Assigned task =
In the entries below, find the line with "#54=CARTESIAN_POINT('',(0.,3.,-22.243));" and the line with "#117=ORIENTED_EDGE('',*,*,#116,.T.);"; give again those lines and every line between them, exactly.

[[ Data provided open ]]

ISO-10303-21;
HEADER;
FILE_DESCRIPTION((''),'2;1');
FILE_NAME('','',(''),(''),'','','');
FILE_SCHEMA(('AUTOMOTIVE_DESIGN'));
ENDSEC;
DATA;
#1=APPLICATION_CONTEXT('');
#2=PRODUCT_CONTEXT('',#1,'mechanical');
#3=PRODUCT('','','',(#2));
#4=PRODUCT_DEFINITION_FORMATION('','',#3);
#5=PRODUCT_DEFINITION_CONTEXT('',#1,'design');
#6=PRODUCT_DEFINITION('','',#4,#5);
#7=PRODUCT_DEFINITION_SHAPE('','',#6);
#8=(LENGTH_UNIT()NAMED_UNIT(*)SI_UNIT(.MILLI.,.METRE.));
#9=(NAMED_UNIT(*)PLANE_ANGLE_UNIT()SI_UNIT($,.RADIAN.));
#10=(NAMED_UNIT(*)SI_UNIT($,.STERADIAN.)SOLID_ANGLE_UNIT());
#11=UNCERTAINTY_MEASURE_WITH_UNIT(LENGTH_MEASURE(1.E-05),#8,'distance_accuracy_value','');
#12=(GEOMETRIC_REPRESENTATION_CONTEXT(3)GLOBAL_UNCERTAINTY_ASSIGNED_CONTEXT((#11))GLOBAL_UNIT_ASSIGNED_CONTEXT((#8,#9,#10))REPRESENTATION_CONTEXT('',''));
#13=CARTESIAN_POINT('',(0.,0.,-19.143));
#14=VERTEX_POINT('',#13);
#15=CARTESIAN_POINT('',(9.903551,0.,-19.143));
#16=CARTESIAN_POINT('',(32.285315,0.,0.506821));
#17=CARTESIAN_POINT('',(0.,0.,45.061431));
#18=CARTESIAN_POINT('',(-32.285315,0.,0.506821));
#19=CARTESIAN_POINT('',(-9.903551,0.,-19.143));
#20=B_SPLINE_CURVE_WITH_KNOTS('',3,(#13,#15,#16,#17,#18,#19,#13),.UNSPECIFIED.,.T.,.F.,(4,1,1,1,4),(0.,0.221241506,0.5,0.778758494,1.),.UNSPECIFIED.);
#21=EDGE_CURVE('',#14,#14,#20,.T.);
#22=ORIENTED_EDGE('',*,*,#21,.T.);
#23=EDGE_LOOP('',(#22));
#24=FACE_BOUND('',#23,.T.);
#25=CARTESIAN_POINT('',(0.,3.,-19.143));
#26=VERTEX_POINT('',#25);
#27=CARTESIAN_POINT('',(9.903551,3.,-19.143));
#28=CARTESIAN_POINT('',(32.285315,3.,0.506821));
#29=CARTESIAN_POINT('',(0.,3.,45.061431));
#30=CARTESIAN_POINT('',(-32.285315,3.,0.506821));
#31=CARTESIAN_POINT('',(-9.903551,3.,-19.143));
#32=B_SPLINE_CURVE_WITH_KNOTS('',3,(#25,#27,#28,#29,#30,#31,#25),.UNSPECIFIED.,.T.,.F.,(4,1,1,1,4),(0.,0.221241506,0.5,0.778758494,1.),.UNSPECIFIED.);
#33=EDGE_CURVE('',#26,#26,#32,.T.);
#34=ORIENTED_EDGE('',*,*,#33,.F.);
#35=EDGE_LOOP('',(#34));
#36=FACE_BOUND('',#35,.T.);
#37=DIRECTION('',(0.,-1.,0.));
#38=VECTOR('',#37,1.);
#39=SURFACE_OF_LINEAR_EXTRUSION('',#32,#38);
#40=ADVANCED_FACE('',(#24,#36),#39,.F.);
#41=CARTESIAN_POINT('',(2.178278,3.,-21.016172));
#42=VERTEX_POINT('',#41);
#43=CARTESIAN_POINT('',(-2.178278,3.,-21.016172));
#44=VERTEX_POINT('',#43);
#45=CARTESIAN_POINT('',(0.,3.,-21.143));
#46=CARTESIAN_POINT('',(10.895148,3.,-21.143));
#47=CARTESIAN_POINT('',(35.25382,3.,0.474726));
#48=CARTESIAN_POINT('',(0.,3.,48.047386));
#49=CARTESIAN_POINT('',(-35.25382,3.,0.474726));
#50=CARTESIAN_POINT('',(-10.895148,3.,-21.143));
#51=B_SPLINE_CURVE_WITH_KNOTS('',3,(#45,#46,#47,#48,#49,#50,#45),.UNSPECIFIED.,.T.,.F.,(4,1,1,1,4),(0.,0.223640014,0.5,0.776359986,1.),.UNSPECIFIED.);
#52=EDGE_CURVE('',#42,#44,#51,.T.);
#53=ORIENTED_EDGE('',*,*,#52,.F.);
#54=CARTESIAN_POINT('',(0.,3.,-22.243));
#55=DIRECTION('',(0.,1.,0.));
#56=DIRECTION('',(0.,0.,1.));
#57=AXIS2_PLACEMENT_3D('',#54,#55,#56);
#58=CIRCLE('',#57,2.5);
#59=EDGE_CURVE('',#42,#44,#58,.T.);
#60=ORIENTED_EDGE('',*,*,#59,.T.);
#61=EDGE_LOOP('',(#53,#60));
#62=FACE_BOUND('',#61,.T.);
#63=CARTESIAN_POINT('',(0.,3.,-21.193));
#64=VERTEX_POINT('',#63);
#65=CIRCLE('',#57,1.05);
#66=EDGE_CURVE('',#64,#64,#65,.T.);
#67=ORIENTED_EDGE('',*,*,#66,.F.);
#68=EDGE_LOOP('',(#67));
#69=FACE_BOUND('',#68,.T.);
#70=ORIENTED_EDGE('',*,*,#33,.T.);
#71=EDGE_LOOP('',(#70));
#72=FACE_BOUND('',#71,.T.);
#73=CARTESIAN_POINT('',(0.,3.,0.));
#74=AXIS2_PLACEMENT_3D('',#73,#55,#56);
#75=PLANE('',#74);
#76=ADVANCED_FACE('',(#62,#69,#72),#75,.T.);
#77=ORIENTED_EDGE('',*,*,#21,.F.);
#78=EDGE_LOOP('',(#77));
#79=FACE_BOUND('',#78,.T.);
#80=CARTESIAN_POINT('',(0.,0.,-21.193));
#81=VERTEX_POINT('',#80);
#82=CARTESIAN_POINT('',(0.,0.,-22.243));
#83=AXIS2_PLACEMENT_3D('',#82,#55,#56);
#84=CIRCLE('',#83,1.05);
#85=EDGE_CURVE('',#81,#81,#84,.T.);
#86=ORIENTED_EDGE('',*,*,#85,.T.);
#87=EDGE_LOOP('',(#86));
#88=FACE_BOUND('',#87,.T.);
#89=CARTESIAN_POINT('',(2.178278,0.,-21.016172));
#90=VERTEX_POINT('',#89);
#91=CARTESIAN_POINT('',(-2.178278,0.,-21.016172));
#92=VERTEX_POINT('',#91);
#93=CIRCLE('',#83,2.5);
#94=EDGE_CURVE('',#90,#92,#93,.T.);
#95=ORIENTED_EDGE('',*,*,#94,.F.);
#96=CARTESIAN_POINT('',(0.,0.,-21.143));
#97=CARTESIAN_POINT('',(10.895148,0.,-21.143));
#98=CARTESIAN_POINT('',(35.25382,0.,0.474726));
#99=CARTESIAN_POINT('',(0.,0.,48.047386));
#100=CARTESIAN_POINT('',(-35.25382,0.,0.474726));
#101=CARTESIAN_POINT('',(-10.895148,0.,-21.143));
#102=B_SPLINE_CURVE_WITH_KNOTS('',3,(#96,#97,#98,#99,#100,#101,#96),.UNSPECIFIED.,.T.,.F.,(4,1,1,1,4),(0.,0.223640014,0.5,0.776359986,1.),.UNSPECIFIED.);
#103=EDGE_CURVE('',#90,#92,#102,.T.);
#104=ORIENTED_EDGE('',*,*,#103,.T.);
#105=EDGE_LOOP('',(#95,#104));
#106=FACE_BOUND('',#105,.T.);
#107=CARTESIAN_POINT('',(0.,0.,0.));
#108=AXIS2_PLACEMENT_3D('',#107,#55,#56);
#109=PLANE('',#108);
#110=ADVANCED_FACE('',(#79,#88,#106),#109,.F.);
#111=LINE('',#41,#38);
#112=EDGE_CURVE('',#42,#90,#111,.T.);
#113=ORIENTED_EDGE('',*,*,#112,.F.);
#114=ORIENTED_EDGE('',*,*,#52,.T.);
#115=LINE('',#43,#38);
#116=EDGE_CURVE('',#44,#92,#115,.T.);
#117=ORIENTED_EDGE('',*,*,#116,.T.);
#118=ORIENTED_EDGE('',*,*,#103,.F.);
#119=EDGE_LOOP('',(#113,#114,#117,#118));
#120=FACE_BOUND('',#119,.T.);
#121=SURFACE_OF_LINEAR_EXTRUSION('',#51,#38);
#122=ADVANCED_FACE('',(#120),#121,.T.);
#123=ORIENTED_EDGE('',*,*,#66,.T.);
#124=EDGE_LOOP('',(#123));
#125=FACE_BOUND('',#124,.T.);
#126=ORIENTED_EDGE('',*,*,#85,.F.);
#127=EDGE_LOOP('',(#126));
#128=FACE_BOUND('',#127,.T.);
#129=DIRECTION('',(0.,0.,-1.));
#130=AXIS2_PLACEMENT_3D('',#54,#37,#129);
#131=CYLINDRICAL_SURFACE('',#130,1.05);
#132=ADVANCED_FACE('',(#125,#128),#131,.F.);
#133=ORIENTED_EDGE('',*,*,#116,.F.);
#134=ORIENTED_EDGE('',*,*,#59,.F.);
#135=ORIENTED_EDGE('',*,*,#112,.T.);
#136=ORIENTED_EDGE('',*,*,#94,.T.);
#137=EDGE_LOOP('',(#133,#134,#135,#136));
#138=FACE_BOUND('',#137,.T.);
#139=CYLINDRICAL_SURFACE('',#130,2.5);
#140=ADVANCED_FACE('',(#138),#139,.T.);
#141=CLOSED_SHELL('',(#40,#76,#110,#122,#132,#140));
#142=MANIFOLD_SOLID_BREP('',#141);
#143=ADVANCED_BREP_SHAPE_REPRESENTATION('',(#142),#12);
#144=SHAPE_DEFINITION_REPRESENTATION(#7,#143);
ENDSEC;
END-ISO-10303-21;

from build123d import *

# Parameters (mm, degrees)
SKETCH1_R           = 1.05
BOSS_EXTRUDE1_DEPTH = 3


with BuildPart() as part:
    # Sketch1 → Boss-Extrude1 (new body)
    # profile 1 of 2: a face of its own
    with BuildSketch(Plane(origin=(0, 0, 0), x_dir=(1, 0, 0), z_dir=(0, 1, 0))):
        with BuildLine():
            add(Edge.make_bspline(
                [(0, 21.143), (0.727025102, 21.143), (1.454050205, 21.099945148), (2.178277681, 21.016172244)],
                knots=[0, 0, 0, 0, 0.014923332, 0.014923332, 0.014923332, 0.014923332], degree=3))
            ThreePointArc((2.178277681, 21.016172244), (0, 24.743), (-2.178277681, 21.016172244))
            add(Edge.make_bspline(
                [(-2.178277681, 21.016172244), (-1.454050205, 21.099945148), (-0.727025102, 21.143), (0, 21.143)],
                knots=[0.985076668, 0.985076668, 0.985076668, 0.985076668, 1, 1, 1, 1], degree=3))
        make_face()
        with Locations(Location((0, 22.243, 0), (0, 0, 270))):
            Circle(SKETCH1_R, mode=Mode.SUBTRACT)
    # profile 2 of 2: a face of its own
    with BuildSketch(Plane(origin=(0, 0, 0), x_dir=(1, 0, 0), z_dir=(0, 1, 0))):
        with BuildLine():
            add(Edge.make_bspline(
                [(0, 21.143), (10.895147515, 21.143), (35.253819525, -0.474726308), (0, -48.047385757), (-35.253819525, -0.474726308), (-10.895147515, 21.143), (0, 21.143)],
                knots=[0, 0, 0, 0, 0.223640014, 0.5, 0.776359986, 1, 1, 1, 1], degree=3))
        make_face()
        with BuildLine():
            add(Edge.make_bspline(
                [(0, 19.143), (9.903550643, 19.143), (32.285315288, -0.506820584), (0, -45.061430974), (-32.285315288, -0.506820584), (-9.903550643, 19.143), (0, 19.143)],
                knots=[0, 0, 0, 0, 0.221241506, 0.5, 0.778758494, 1, 1, 1, 1], degree=3))
        make_face(mode=Mode.SUBTRACT)
    extrude(amount=BOSS_EXTRUDE1_DEPTH)


solid = part.part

[[ Data provided closed ]]

Solution =
#54=CARTESIAN_POINT('',(0.,3.,-22.243));
#55=DIRECTION('',(0.,1.,0.));
#56=DIRECTION('',(0.,0.,1.));
#57=AXIS2_PLACEMENT_3D('',#54,#55,#56);
#58=CIRCLE('',#57,2.5);
#59=EDGE_CURVE('',#42,#44,#58,.T.);
#60=ORIENTED_EDGE('',*,*,#59,.T.);
#61=EDGE_LOOP('',(#53,#60));
#62=FACE_BOUND('',#61,.T.);
#63=CARTESIAN_POINT('',(0.,3.,-21.193));
#64=VERTEX_POINT('',#63);
#65=CIRCLE('',#57,1.05);
#66=EDGE_CURVE('',#64,#64,#65,.T.);
#67=ORIENTED_EDGE('',*,*,#66,.F.);
#68=EDGE_LOOP('',(#67));
#69=FACE_BOUND('',#68,.T.);
#70=ORIENTED_EDGE('',*,*,#33,.T.);
#71=EDGE_LOOP('',(#70));
#72=FACE_BOUND('',#71,.T.);
#73=CARTESIAN_POINT('',(0.,3.,0.));
#74=AXIS2_PLACEMENT_3D('',#73,#55,#56);
#75=PLANE('',#74);
#76=ADVANCED_FACE('',(#62,#69,#72),#75,.T.);
#77=ORIENTED_EDGE('',*,*,#21,.F.);
#78=EDGE_LOOP('',(#77));
#79=FACE_BOUND('',#78,.T.);
#80=CARTESIAN_POINT('',(0.,0.,-21.193));
#81=VERTEX_POINT('',#80);
#82=CARTESIAN_POINT('',(0.,0.,-22.243));
#83=AXIS2_PLACEMENT_3D('',#82,#55,#56);
#84=CIRCLE('',#83,1.05);
#85=EDGE_CURVE('',#81,#81,#84,.T.);
#86=ORIENTED_EDGE('',*,*,#85,.T.);
#87=EDGE_LOOP('',(#86));
#88=FACE_BOUND('',#87,.T.);
#89=CARTESIAN_POINT('',(2.178278,0.,-21.016172));
#90=VERTEX_POINT('',#89);
#91=CARTESIAN_POINT('',(-2.178278,0.,-21.016172));
#92=VERTEX_POINT('',#91);
#93=CIRCLE('',#83,2.5);
#94=EDGE_CURVE('',#90,#92,#93,.T.);
#95=ORIENTED_EDGE('',*,*,#94,.F.);
#96=CARTESIAN_POINT('',(0.,0.,-21.143));
#97=CARTESIAN_POINT('',(10.895148,0.,-21.143));
#98=CARTESIAN_POINT('',(35.25382,0.,0.474726));
#99=CARTESIAN_POINT('',(0.,0.,48.047386));
#100=CARTESIAN_POINT('',(-35.25382,0.,0.474726));
#101=CARTESIAN_POINT('',(-10.895148,0.,-21.143));
#102=B_SPLINE_CURVE_WITH_KNOTS('',3,(#96,#97,#98,#99,#100,#101,#96),.UNSPECIFIED.,.T.,.F.,(4,1,1,1,4),(0.,0.223640014,0.5,0.776359986,1.),.UNSPECIFIED.);
#103=EDGE_CURVE('',#90,#92,#102,.T.);
#104=ORIENTED_EDGE('',*,*,#103,.T.);
#105=EDGE_LOOP('',(#95,#104));
#106=FACE_BOUND('',#105,.T.);
#107=CARTESIAN_POINT('',(0.,0.,0.));
#108=AXIS2_PLACEMENT_3D('',#107,#55,#56);
#109=PLANE('',#108);
#110=ADVANCED_FACE('',(#79,#88,#106),#109,.F.);
#111=LINE('',#41,#38);
#112=EDGE_CURVE('',#42,#90,#111,.T.);
#113=ORIENTED_EDGE('',*,*,#112,.F.);
#114=ORIENTED_EDGE('',*,*,#52,.T.);
#115=LINE('',#43,#38);
#116=EDGE_CURVE('',#44,#92,#115,.T.);
#117=ORIENTED_EDGE('',*,*,#116,.T.);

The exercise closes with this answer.